The domain that will be used is chosen at random through the use of “Intn” from the “rand” package, which is seeded by the value returned from an earlier call to “time.Now”:

Randomizing C2 Domain Selection.

The decoding of the C2 IP addresses is a little more complicated, although not overly so. As with the C2 domains, the inevitable selection of a C2 IP address is also randomized through calls to “time.Now”, “rand.Seed” and “rand.Shuffle”. The C2 IP decoding function takes several arguments: a pointer to the encoded C2 IP array, an integer value indicating the number of encoded IP addresses, and a hex number used in the decoding of each octet of each IP address. The decoding of the C2 IP addresses works as follows:

  • Read a word (2 bytes) at the initial offset into the C2 IP array determined by the earlier shuffle.
  • Subtract the hex number (0xA in all observed cases) from the retrieved value.
  • Convert the result to its base 10 equivalent (thereby creating a single octet of an IP).
  • Repeat 4 times per encoded IP.
  • Join the decoded octets with a “.” (thus fully decoding a stored C2 IP address).

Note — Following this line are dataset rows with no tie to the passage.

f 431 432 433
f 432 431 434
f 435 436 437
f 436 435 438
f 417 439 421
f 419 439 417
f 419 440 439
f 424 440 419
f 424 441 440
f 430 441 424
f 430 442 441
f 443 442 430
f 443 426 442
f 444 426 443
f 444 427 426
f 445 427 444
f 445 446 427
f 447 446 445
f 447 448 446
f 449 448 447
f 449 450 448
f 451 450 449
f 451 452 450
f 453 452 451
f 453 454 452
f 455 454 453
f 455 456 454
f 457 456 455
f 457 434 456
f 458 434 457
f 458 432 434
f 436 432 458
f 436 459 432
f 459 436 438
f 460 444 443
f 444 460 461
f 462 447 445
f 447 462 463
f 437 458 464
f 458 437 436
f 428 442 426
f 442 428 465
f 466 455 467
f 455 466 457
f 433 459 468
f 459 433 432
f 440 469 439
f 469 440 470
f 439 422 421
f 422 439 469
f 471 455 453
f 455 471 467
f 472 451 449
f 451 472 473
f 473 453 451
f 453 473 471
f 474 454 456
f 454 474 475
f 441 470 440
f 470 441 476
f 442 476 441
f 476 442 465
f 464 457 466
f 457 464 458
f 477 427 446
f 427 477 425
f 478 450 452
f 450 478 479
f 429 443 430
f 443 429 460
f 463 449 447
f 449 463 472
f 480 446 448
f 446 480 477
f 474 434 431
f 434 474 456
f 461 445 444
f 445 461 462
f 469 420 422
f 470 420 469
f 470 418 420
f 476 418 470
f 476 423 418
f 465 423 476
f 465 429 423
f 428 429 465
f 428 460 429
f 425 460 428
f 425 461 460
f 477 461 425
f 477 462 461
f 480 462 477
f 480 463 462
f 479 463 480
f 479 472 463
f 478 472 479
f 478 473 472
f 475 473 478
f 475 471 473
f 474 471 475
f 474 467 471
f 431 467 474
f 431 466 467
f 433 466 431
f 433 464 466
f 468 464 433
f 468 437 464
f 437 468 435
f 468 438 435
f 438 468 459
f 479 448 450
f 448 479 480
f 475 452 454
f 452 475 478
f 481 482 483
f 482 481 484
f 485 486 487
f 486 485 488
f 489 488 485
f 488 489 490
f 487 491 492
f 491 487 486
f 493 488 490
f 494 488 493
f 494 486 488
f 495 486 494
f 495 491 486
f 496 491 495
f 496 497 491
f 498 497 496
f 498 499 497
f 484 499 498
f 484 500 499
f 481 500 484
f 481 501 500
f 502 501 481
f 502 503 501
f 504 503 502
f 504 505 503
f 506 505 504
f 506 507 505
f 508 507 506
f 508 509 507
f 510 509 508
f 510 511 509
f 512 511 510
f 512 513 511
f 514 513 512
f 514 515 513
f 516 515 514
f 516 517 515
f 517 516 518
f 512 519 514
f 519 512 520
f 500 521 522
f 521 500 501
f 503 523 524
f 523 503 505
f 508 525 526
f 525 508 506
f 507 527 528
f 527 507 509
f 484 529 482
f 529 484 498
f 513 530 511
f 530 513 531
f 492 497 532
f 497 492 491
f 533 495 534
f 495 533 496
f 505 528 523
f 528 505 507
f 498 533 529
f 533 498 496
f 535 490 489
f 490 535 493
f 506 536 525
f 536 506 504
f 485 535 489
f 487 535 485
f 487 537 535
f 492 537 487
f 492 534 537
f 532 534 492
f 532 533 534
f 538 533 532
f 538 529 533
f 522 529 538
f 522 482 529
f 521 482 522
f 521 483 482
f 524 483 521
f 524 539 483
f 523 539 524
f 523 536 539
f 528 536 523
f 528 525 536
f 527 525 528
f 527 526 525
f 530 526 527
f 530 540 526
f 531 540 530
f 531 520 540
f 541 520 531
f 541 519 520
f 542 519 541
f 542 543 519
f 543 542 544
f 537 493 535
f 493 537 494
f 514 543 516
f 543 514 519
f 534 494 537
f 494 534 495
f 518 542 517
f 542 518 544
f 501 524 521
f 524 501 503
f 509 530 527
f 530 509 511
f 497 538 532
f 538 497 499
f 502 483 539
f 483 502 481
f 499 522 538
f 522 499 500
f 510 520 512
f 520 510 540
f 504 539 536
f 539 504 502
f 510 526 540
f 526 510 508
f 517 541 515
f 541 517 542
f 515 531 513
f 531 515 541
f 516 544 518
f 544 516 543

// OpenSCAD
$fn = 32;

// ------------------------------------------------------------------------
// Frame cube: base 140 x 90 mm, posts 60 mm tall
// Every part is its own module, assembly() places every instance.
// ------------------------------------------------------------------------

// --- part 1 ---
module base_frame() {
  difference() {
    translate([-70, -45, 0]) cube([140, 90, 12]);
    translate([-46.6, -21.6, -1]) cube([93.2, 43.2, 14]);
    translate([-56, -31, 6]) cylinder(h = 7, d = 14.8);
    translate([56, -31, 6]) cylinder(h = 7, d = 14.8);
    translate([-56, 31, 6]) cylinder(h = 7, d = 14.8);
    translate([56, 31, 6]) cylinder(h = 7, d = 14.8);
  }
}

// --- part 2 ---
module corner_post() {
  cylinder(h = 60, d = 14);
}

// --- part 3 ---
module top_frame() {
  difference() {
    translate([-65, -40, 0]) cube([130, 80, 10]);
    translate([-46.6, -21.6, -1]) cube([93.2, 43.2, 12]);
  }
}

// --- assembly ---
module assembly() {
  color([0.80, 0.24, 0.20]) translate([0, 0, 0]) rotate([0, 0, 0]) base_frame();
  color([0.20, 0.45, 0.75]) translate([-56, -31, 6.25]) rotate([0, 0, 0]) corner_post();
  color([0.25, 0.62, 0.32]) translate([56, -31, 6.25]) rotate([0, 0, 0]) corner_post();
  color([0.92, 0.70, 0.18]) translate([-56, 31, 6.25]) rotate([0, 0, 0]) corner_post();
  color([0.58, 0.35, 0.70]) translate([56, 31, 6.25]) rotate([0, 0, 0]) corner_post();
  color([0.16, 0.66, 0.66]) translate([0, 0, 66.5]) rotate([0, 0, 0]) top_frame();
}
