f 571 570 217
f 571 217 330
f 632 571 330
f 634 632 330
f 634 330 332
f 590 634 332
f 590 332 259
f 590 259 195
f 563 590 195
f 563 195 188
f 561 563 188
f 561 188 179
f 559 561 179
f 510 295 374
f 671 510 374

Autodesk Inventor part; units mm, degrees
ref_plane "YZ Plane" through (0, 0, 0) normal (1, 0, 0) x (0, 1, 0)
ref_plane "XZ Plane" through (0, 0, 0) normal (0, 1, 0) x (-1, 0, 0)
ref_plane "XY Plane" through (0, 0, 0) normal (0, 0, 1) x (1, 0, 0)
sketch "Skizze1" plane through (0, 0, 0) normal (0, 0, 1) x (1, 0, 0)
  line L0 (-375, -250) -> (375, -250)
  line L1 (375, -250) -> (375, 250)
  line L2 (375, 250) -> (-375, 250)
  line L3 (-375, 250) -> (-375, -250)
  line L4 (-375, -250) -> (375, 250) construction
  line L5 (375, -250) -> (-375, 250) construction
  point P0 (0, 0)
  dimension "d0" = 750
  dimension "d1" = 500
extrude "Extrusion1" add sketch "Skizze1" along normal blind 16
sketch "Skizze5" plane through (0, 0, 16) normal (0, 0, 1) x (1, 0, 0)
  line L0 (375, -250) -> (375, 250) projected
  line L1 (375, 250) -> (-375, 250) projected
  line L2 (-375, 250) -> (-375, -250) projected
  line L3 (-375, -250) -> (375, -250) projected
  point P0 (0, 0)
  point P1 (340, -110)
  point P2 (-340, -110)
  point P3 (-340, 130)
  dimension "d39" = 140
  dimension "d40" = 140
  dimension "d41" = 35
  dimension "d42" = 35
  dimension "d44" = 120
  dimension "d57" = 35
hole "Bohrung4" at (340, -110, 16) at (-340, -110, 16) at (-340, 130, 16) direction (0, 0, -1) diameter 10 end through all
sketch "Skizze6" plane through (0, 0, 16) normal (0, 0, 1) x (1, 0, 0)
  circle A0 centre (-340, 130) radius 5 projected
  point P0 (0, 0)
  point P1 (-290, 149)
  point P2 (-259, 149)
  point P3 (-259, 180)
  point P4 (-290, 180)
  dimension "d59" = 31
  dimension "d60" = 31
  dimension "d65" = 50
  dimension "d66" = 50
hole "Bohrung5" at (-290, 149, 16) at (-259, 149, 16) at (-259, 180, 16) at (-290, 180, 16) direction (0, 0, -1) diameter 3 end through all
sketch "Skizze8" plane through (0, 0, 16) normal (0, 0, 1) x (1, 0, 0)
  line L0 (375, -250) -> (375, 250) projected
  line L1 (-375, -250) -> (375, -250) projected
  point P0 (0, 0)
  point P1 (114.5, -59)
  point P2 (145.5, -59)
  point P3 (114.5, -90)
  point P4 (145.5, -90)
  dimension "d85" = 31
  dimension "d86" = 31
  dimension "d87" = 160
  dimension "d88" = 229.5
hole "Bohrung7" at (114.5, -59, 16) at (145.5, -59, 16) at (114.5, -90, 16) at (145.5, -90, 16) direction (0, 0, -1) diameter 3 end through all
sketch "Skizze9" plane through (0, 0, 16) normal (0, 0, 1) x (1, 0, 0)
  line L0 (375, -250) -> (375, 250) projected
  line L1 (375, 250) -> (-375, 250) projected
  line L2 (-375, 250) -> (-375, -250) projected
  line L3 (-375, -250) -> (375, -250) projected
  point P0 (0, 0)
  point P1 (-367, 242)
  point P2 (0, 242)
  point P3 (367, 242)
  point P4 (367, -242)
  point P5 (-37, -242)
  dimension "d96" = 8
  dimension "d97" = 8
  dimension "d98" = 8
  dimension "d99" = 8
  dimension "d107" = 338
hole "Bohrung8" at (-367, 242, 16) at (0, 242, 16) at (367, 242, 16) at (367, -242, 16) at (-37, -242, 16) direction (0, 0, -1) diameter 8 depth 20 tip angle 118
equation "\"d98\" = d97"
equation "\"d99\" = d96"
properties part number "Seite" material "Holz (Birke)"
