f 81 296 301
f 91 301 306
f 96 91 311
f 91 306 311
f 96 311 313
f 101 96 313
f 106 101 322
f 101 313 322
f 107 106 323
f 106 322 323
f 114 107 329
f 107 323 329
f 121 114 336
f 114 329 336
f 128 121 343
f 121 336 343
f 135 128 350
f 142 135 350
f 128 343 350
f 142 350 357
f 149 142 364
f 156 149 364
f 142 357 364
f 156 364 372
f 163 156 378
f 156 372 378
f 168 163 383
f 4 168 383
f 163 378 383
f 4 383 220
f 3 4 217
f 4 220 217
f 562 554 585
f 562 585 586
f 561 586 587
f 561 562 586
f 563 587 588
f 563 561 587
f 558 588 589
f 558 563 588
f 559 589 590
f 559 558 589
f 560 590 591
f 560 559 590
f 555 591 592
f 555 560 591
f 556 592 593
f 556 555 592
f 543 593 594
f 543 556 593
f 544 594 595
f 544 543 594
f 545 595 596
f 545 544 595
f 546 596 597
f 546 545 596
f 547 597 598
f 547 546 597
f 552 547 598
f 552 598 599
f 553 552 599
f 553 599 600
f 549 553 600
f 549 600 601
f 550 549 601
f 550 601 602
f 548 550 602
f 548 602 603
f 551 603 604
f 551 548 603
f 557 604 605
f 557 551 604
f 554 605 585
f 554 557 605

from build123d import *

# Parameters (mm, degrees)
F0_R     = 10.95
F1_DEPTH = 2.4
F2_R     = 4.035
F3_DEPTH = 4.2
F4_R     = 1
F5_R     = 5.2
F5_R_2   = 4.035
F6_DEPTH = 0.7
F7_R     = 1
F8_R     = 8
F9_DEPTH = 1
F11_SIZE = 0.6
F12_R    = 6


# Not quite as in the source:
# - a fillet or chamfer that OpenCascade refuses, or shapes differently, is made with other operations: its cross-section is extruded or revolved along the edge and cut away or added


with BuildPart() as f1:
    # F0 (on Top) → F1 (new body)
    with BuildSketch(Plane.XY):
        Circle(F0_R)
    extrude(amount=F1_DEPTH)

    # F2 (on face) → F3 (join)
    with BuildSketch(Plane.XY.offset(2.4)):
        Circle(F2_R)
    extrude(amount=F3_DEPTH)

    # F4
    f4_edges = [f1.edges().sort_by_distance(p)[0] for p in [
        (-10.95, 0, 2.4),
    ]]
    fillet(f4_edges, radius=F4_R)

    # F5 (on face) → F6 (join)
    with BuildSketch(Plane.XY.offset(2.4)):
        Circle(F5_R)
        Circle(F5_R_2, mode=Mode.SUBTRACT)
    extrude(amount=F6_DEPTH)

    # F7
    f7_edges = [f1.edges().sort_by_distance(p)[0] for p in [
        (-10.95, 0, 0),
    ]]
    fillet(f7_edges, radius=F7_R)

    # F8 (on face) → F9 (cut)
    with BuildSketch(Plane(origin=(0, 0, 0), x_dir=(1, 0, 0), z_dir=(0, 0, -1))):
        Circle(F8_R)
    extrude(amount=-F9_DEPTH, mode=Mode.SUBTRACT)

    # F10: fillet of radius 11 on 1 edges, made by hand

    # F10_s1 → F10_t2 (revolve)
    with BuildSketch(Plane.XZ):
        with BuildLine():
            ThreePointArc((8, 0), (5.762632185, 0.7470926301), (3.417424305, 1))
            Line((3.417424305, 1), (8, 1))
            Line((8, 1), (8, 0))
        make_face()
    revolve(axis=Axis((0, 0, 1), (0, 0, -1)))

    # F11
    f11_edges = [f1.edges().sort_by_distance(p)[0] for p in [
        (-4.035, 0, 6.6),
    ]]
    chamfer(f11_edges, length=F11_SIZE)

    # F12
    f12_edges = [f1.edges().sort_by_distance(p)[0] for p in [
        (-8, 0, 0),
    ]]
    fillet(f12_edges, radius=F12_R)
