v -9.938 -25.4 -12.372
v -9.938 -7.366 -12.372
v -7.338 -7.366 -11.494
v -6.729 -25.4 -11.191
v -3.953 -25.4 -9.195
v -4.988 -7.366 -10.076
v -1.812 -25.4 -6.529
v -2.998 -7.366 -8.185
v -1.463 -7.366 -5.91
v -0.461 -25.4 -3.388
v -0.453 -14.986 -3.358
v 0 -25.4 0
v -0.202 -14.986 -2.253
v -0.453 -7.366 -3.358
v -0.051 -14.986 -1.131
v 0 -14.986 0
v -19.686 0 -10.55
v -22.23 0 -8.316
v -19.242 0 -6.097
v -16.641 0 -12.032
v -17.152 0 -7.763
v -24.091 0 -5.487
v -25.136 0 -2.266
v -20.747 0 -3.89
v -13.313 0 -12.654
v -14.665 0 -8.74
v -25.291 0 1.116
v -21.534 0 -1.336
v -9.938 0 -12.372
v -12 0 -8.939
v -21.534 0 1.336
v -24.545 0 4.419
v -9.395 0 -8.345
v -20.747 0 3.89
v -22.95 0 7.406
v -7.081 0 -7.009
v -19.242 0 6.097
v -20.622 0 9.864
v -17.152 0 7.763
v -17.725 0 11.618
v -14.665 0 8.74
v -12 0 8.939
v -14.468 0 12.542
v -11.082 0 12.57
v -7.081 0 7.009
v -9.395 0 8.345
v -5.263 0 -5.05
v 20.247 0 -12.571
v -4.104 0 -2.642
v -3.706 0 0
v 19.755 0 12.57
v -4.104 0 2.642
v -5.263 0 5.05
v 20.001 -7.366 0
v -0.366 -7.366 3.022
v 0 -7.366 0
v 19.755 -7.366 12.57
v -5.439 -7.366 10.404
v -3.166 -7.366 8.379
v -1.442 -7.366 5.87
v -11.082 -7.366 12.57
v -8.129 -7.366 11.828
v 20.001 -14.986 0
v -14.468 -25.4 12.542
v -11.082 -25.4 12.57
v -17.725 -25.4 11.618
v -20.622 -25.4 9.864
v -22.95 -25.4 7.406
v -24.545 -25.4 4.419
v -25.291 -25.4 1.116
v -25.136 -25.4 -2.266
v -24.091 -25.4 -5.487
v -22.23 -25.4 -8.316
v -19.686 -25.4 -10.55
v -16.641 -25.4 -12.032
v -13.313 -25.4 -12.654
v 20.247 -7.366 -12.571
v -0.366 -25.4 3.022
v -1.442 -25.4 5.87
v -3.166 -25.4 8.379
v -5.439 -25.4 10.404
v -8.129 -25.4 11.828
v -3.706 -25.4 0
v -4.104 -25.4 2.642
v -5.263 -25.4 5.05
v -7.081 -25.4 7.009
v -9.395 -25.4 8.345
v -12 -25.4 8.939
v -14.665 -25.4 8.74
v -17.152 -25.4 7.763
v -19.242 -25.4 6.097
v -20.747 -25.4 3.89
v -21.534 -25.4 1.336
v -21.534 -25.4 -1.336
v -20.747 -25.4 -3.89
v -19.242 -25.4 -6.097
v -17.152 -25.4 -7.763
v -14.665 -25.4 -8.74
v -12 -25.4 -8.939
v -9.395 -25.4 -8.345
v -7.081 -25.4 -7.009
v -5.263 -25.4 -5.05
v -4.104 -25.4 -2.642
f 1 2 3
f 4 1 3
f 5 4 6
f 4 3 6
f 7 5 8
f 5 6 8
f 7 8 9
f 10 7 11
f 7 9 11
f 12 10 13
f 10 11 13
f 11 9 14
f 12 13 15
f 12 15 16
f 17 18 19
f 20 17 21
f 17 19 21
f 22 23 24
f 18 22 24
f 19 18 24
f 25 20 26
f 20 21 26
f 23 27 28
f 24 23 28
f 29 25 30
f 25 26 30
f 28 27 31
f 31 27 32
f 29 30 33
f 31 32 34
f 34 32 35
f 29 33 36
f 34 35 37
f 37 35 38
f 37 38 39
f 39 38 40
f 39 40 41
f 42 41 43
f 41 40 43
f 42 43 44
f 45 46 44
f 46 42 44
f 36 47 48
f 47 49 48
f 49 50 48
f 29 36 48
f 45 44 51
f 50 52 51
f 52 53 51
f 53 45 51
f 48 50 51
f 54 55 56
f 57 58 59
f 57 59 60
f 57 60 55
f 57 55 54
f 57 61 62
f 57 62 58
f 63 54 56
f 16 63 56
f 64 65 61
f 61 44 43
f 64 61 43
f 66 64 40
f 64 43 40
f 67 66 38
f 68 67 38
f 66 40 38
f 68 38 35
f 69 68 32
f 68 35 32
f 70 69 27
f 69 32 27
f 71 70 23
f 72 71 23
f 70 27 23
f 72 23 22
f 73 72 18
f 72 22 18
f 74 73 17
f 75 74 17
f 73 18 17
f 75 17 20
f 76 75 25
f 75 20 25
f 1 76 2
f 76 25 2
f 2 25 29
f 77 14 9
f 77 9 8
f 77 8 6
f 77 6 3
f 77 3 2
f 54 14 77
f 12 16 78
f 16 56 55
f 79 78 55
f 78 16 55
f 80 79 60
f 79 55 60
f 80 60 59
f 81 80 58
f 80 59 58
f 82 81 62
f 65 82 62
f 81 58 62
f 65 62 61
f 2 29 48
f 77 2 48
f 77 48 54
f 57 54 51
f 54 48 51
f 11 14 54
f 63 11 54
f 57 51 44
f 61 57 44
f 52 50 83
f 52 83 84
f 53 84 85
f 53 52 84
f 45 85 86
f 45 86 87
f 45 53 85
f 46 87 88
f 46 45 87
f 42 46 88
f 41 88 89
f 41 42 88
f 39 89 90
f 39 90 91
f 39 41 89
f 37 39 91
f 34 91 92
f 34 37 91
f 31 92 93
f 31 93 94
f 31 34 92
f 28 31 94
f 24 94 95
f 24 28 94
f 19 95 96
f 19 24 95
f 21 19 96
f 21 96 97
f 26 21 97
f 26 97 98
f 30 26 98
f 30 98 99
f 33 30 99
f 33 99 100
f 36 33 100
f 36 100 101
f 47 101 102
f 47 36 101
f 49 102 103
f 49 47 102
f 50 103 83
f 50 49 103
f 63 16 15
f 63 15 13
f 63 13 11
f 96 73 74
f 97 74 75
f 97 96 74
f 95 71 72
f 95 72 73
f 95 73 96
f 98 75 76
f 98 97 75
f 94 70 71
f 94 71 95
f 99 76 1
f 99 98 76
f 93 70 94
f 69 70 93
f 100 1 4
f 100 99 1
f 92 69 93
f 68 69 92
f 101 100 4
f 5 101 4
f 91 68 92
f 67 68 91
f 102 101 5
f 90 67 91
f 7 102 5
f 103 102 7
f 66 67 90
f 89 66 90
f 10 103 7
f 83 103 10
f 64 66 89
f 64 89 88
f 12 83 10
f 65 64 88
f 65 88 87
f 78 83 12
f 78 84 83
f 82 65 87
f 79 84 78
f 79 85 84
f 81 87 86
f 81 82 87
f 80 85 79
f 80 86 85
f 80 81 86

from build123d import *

# Parameters (mm, degrees)
F0_R     = 8.964433
F1_DEPTH = 25.4
F2_DEPTH = 7.366
F4_DEPTH = 7.62


with BuildPart() as f1:
    # F0 (on Front) → F1 (new body)
    with BuildSketch(Plane.XZ):
        with BuildLine():
            ThreePointArc((-9.938305, -12.372125), (-2.792256, -7.934724), (0, 0))
            ThreePointArc((0, 0), (-3.165972, 8.378736), (-11.081682, 12.570171))
            ThreePointArc((-11.081682, 12.570171), (-25.326984, -0.580201), (-9.938305, -12.372125))
        make_face()
        with Locations((-12.670138, 0)):
            Circle(F0_R, mode=Mode.SUBTRACT)
    extrude(amount=F1_DEPTH)

    # F0 (on Front) → F2 (join)
    with BuildSketch(Plane.XZ):
        with BuildLine():
            ThreePointArc((-11.081682, 12.570171), (-3.165972, 8.378736), (0, 0))
            ThreePointArc((0, 0), (-2.792256, -7.934724), (-9.938305, -12.372125))
            Line((-9.938305, -12.372125), (20.246768, -12.57116))
            Line((20.246768, -12.57116), (19.755474, 12.570171))
            Line((19.755474, 12.570171), (-11.081682, 12.570171))
        make_face()
    extrude(amount=F2_DEPTH)

    # F3 (on face) → F4 (join)
    with BuildSketch(Plane.XZ.offset(7.366)):
        with BuildLine():
            Line((-0.452979, -3.357592), (20.001121, -0.000494))
            Line((20.001121, -0.000494), (0, 0))
            ThreePointArc((0, 0), (-0.113755, -1.694005), (-0.452979, -3.357592))
        make_face()
    extrude(amount=F4_DEPTH)


solid = f1.part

These steps are repeated until all IP addresses have been decoded

C2 Communications Failover.

This failover method is not ideal for the ChaChi operators. It does not offer the encryption afforded to the DNS tunnelling, and it is nowhere near as covert.

The HTTP C2 communications are performed using POST requests to one of the randomly selected C2 IPs decoded earlier. The content of the HTTP POST is encoded using Base64 and XOR encoding to offer some level of data protection, in the same way as the data was encoded prior to being serialized into the “ChunkData” messages in the case of DNS tunnelling.

Should the C2 check-in fail, it will rotate through the other decoded C2 IPs in an attempt to create a connection. If a connection is established, ChaChi will encode and send POST requests to the C2 and process its responses:

HTTP POST Request and Response Processing.

Decrypting C2 Traffic

As the use of HTTP for C2 communications is less complicated and involves less steps when compared to DNS tunnelling, this section will focus on decryption of DNS traffic.

Decryption of both HTTP and DNS C2 traffic is possible because, once we obtain both the XOR and encryption keys, we can reverse the process that has taken plaintext data and converted it to an encrypted form. Each phase in the encoding and encryption process is reversible:

Encoding and Encryption Process to generate TXT Query.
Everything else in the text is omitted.